Find the line with "#68=CARTESIAN_POINT('',(0.6,39.4,-40.));" and the line with "#74=EDGE_CURVE('',#61,#69,#73,.T.);" in the entries below; output exactly those two lines, every line between them, and no others.

▽

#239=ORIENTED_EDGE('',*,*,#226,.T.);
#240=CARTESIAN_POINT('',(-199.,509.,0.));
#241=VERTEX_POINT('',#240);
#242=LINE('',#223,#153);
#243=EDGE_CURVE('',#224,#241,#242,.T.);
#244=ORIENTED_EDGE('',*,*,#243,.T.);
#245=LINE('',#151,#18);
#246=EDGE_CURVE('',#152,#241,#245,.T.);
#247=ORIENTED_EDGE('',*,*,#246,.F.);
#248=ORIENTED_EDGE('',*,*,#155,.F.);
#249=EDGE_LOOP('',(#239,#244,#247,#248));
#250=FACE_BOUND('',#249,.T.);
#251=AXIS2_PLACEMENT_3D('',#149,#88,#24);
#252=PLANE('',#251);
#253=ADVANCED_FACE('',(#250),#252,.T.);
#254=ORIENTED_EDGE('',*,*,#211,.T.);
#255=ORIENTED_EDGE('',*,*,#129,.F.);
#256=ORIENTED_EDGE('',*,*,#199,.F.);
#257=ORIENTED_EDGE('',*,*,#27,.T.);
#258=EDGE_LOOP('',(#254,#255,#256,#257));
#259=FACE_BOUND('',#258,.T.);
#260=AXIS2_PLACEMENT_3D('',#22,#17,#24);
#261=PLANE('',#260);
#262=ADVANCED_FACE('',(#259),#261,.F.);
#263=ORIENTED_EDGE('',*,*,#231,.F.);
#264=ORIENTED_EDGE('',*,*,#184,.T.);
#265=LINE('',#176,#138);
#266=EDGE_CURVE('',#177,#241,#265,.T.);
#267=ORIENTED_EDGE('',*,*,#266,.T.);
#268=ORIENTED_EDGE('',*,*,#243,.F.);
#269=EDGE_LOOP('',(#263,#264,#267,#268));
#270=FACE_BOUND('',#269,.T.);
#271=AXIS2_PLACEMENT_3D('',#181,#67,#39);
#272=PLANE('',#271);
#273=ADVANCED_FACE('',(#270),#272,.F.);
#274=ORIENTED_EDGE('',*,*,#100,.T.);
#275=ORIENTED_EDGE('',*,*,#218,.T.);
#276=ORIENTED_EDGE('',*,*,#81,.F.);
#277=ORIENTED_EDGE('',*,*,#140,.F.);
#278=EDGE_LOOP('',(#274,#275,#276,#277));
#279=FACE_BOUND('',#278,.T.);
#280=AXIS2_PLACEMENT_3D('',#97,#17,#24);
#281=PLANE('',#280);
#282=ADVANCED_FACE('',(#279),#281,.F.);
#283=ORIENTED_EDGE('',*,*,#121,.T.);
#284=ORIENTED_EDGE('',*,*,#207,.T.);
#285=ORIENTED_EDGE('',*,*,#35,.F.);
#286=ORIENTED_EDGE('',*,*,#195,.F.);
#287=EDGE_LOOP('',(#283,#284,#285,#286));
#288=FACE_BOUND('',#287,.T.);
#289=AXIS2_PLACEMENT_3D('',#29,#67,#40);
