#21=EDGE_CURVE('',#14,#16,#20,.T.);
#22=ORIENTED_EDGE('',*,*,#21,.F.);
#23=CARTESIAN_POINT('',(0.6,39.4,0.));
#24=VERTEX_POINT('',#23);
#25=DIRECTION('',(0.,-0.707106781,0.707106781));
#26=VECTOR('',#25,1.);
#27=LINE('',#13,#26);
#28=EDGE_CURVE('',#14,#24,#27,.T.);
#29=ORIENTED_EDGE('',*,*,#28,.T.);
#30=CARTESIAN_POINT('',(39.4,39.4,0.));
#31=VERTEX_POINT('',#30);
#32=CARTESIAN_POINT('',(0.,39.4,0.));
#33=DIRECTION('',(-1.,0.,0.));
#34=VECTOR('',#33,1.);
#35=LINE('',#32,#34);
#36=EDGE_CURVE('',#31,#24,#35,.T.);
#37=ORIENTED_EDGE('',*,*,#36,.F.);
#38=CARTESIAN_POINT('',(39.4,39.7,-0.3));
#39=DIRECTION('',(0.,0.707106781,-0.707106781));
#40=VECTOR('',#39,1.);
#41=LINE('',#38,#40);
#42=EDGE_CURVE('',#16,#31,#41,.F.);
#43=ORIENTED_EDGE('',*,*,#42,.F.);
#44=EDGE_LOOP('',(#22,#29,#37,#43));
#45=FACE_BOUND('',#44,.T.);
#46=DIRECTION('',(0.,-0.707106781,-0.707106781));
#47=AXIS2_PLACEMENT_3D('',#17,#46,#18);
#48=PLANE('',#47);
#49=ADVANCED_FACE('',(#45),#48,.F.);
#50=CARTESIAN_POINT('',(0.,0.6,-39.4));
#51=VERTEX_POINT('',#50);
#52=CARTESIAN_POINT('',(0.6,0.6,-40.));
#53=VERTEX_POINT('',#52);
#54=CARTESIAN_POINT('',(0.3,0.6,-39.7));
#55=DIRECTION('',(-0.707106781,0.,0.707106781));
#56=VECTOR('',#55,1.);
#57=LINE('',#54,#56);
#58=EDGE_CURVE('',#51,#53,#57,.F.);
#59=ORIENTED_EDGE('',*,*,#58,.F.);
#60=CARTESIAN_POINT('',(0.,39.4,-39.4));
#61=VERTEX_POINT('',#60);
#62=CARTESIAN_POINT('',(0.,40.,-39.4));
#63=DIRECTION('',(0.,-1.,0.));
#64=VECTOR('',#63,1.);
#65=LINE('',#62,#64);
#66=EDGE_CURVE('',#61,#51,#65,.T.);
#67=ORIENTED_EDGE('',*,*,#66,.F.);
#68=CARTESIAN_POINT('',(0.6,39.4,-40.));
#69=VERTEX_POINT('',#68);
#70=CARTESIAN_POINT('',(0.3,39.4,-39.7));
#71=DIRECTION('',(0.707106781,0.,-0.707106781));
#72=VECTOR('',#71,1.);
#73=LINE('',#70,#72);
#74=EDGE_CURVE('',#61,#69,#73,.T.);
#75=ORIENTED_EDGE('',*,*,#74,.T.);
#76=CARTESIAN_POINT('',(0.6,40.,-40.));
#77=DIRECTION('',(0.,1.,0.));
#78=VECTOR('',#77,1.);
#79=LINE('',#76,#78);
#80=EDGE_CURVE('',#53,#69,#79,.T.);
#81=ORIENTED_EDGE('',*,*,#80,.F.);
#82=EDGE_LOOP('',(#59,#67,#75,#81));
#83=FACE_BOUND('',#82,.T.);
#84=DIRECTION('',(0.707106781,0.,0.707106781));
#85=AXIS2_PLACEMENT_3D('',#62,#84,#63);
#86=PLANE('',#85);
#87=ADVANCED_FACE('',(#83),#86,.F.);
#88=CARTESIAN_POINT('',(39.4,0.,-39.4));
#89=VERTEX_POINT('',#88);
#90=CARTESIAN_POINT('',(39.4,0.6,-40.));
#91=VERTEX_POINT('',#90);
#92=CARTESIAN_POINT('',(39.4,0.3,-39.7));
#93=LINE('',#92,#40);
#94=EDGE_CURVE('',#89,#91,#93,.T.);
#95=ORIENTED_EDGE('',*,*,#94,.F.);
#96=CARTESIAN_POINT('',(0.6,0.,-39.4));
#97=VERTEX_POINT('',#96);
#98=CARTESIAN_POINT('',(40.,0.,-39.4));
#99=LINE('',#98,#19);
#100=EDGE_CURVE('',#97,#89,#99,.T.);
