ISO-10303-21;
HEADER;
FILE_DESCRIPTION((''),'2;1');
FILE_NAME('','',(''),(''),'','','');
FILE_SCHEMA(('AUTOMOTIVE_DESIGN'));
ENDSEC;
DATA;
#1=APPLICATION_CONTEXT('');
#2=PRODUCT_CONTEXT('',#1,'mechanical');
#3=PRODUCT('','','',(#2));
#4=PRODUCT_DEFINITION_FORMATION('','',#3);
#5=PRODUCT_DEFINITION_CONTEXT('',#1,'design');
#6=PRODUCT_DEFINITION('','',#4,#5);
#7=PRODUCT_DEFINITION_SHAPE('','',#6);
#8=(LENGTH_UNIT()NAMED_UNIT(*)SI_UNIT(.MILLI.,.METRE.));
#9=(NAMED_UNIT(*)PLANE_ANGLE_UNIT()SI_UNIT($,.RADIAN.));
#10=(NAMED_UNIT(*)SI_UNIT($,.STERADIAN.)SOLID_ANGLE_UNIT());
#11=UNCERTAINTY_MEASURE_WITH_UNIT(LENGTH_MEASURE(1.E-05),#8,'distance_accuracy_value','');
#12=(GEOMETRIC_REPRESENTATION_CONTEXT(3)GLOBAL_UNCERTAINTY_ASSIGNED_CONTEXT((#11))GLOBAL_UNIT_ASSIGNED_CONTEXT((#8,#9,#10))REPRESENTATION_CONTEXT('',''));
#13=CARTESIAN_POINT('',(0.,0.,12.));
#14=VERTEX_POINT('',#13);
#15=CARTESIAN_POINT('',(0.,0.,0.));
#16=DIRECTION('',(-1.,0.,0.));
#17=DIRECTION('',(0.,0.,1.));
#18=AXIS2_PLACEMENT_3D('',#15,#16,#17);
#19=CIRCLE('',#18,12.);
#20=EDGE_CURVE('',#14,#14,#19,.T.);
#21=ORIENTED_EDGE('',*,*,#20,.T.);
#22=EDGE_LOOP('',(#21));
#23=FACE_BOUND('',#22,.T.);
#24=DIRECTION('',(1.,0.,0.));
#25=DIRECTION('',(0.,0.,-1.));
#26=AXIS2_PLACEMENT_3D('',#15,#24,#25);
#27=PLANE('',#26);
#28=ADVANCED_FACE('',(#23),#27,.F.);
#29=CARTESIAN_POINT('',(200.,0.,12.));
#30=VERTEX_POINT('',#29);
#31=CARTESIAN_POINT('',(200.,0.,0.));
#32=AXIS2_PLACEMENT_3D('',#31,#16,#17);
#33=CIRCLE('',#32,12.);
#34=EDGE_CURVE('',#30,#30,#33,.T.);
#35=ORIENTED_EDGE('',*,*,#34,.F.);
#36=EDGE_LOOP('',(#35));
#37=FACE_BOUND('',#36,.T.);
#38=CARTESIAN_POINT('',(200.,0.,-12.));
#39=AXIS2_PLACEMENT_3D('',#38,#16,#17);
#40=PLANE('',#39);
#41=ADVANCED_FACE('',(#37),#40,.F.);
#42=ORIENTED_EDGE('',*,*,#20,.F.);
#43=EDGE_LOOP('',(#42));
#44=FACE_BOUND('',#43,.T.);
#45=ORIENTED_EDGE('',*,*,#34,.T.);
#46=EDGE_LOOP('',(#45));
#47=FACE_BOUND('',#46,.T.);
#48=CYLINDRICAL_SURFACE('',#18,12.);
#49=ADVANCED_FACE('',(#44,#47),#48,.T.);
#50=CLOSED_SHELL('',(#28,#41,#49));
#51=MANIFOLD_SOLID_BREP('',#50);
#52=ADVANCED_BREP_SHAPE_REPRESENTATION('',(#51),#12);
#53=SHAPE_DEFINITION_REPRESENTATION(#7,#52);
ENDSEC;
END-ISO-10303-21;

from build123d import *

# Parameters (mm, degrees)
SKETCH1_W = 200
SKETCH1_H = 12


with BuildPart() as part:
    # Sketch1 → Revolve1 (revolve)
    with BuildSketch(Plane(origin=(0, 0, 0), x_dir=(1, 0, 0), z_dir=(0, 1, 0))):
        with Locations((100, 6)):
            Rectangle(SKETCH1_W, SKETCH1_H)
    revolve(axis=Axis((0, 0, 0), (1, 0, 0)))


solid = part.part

△
▽

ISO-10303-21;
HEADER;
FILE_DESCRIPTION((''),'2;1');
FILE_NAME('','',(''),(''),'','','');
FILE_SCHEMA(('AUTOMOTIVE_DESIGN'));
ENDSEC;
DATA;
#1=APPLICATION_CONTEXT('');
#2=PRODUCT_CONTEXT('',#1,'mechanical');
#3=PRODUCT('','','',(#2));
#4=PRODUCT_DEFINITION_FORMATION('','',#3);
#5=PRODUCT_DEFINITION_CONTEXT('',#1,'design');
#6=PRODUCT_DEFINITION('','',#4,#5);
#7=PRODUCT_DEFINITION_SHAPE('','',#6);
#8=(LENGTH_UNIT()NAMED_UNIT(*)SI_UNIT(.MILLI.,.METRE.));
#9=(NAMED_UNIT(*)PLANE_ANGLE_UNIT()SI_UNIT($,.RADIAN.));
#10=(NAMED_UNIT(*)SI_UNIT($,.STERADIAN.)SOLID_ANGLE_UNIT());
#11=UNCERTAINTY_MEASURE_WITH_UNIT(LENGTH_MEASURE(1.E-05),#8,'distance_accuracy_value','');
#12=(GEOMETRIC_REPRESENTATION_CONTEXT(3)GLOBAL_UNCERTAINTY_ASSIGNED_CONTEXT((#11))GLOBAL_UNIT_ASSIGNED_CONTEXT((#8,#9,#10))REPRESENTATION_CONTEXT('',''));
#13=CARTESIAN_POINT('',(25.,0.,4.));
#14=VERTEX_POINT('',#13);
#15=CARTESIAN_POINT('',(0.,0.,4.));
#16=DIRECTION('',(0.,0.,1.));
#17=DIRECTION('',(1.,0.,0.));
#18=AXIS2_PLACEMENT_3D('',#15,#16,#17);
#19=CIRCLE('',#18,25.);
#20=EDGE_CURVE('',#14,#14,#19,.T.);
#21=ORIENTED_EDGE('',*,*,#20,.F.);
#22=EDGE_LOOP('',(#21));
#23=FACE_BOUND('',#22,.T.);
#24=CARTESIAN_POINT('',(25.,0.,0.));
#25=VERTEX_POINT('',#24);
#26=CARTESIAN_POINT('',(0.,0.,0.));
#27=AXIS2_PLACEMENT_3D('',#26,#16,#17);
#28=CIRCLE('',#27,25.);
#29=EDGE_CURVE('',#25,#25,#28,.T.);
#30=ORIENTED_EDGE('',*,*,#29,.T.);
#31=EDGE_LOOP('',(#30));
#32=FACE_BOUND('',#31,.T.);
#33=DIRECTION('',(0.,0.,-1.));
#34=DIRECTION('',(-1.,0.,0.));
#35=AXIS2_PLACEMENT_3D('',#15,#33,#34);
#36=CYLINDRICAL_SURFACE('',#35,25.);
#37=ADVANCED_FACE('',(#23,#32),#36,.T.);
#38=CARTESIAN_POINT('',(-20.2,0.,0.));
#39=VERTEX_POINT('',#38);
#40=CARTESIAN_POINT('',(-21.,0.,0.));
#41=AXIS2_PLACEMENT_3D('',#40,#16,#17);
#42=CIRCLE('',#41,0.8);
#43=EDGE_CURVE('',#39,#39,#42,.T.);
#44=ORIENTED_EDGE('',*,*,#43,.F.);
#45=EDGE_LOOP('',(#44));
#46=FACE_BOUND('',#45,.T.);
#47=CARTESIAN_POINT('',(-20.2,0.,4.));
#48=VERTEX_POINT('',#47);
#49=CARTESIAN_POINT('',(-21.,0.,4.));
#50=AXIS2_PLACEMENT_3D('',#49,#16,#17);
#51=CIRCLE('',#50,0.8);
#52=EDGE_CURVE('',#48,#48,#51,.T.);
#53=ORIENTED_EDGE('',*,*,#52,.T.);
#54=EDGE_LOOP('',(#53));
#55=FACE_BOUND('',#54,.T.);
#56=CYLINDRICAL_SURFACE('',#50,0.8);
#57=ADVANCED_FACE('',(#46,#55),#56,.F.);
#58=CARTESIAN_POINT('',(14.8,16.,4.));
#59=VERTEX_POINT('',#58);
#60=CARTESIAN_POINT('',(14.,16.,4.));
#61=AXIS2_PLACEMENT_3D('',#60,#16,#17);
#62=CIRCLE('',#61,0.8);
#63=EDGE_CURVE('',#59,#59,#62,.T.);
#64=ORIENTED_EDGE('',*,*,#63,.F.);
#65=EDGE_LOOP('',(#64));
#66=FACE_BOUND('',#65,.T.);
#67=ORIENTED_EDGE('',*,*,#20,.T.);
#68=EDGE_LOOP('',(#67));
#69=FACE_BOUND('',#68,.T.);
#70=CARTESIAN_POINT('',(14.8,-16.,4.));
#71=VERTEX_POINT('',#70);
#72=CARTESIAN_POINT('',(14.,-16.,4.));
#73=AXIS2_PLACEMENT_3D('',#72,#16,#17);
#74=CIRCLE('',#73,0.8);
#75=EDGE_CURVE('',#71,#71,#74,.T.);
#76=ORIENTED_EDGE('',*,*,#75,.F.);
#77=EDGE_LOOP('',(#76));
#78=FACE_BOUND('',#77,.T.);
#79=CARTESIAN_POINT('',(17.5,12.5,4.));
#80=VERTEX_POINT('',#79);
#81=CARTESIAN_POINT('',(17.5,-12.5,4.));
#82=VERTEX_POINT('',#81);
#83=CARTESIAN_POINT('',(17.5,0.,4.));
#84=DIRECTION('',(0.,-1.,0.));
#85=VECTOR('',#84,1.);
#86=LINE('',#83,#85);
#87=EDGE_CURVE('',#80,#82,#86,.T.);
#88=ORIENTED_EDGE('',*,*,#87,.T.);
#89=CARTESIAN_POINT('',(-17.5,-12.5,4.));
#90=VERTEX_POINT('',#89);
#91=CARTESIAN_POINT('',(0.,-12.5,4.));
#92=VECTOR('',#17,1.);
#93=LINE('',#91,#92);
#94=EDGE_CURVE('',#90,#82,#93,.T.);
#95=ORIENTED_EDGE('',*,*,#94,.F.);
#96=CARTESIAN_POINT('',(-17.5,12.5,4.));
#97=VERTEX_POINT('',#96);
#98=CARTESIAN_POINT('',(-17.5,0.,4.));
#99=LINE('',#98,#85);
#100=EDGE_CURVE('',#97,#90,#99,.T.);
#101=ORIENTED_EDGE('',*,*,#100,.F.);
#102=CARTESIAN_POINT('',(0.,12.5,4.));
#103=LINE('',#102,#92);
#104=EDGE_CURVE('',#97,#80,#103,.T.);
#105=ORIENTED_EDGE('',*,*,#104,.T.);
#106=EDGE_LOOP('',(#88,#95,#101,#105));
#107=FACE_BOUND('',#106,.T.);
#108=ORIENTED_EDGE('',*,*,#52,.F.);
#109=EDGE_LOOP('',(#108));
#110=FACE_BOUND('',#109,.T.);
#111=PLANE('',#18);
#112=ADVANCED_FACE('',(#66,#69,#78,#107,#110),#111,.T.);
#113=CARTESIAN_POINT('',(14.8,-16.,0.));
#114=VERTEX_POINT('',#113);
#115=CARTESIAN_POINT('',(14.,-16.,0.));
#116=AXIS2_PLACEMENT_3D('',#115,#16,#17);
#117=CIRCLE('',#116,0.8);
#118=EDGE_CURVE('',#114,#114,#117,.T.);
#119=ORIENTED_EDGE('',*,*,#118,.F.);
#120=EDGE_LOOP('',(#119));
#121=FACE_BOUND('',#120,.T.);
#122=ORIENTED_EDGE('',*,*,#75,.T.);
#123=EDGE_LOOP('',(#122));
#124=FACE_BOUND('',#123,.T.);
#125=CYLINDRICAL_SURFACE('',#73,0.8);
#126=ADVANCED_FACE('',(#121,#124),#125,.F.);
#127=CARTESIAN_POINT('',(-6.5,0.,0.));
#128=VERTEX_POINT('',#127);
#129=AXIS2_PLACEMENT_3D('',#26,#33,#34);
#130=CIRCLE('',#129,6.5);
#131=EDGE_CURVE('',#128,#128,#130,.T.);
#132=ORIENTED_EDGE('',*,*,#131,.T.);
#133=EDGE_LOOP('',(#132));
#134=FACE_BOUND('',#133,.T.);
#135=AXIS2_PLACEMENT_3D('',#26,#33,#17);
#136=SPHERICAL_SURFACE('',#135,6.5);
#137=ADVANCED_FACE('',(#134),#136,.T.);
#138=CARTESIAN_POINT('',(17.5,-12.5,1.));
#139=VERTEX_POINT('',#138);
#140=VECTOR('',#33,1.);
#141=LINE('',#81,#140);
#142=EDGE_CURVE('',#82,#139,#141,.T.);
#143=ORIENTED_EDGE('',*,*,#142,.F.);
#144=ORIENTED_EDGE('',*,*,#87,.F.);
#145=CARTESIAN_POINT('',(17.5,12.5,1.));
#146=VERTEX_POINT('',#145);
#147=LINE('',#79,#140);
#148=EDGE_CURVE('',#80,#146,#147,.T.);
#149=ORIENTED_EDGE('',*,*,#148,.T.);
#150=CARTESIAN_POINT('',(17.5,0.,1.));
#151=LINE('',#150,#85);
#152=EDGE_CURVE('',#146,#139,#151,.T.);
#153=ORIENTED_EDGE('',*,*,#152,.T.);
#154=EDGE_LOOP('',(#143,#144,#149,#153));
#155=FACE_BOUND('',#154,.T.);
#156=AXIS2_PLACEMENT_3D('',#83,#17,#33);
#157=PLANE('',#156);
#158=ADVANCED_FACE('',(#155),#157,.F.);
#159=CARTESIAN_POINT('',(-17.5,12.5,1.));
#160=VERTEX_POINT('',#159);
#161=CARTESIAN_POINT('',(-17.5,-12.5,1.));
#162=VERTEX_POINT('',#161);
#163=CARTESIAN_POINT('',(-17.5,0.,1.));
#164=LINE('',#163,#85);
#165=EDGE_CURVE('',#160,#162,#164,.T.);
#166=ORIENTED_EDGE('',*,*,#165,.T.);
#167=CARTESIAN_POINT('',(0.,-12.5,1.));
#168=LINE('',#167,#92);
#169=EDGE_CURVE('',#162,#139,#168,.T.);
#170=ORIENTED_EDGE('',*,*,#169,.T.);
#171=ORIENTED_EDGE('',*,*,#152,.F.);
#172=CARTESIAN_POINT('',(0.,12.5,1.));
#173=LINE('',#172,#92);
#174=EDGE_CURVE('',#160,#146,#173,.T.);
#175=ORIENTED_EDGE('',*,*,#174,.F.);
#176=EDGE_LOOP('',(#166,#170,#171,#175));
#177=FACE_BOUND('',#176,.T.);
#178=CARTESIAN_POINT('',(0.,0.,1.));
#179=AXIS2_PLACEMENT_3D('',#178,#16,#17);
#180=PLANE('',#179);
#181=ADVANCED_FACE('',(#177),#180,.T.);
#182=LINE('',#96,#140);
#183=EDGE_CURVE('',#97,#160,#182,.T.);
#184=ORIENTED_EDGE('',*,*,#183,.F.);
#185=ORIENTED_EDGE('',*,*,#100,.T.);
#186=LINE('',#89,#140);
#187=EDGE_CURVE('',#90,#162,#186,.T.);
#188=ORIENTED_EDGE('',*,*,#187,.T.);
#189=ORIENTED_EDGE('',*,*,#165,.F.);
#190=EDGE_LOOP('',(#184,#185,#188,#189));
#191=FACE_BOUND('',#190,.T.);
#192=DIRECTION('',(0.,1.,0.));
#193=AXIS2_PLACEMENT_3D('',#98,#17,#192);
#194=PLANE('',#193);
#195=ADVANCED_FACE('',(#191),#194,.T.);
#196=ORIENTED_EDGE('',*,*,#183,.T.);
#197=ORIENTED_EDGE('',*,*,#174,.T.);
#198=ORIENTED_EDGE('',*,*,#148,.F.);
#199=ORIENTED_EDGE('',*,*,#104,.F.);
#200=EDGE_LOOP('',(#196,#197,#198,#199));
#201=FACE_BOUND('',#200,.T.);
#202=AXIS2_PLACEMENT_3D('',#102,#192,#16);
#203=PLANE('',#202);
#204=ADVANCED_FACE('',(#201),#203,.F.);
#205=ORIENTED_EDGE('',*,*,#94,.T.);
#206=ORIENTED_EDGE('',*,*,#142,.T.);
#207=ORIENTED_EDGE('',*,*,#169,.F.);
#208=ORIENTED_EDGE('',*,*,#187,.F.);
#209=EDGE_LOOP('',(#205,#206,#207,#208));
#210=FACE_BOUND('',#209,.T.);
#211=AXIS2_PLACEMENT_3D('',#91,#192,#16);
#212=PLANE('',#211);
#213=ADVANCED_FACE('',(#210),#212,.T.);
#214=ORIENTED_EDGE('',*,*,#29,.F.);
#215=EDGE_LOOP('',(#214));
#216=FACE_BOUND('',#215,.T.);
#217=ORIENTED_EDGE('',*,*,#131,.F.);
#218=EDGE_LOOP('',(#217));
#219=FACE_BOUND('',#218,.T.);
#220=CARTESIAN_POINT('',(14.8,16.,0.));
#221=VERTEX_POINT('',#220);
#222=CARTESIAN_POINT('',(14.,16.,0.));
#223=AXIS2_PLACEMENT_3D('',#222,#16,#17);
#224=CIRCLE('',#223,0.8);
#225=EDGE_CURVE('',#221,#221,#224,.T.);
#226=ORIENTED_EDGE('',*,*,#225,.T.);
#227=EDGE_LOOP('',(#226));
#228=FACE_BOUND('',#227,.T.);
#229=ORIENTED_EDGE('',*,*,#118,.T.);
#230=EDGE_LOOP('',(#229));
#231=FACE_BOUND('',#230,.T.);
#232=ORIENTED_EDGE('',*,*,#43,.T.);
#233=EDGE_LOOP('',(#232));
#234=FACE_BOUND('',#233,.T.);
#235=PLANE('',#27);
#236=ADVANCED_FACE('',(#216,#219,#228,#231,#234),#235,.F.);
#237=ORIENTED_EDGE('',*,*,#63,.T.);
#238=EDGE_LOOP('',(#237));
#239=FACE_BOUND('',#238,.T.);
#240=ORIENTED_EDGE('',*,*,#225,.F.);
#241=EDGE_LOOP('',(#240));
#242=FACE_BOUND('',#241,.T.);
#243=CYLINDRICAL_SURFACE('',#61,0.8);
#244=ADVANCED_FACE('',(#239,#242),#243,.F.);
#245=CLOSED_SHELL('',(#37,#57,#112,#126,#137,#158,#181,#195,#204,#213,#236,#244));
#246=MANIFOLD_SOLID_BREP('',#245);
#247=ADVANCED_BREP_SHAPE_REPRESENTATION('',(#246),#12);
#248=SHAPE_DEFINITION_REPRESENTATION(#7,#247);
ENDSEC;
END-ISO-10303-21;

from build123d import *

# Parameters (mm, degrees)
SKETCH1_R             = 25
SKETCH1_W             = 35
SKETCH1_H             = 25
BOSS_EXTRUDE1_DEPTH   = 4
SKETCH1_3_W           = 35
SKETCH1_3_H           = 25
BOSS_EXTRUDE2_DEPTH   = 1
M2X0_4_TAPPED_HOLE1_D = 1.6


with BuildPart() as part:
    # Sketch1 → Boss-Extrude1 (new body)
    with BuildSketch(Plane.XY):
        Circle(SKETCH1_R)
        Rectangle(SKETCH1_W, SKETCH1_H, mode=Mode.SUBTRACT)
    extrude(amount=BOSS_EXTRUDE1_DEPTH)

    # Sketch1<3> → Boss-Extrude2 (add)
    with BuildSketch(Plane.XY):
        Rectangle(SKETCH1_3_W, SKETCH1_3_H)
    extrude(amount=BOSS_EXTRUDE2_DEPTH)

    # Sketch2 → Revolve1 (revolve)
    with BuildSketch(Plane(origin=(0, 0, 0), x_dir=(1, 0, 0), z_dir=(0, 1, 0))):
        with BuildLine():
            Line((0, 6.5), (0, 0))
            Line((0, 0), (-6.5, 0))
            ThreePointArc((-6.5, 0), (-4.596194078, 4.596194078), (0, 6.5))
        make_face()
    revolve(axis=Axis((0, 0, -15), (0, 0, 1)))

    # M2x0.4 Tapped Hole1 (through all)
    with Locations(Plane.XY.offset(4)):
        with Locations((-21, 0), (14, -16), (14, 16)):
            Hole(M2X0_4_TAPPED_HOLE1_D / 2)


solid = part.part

△

## Response box:
#68=CARTESIAN_POINT('',(0.6,39.4,-40.));
#69=VERTEX_POINT('',#68);
#70=CARTESIAN_POINT('',(0.3,39.4,-39.7));
#71=DIRECTION('',(0.707106781,0.,-0.707106781));
#72=VECTOR('',#71,1.);
#73=LINE('',#70,#72);
#74=EDGE_CURVE('',#61,#69,#73,.T.);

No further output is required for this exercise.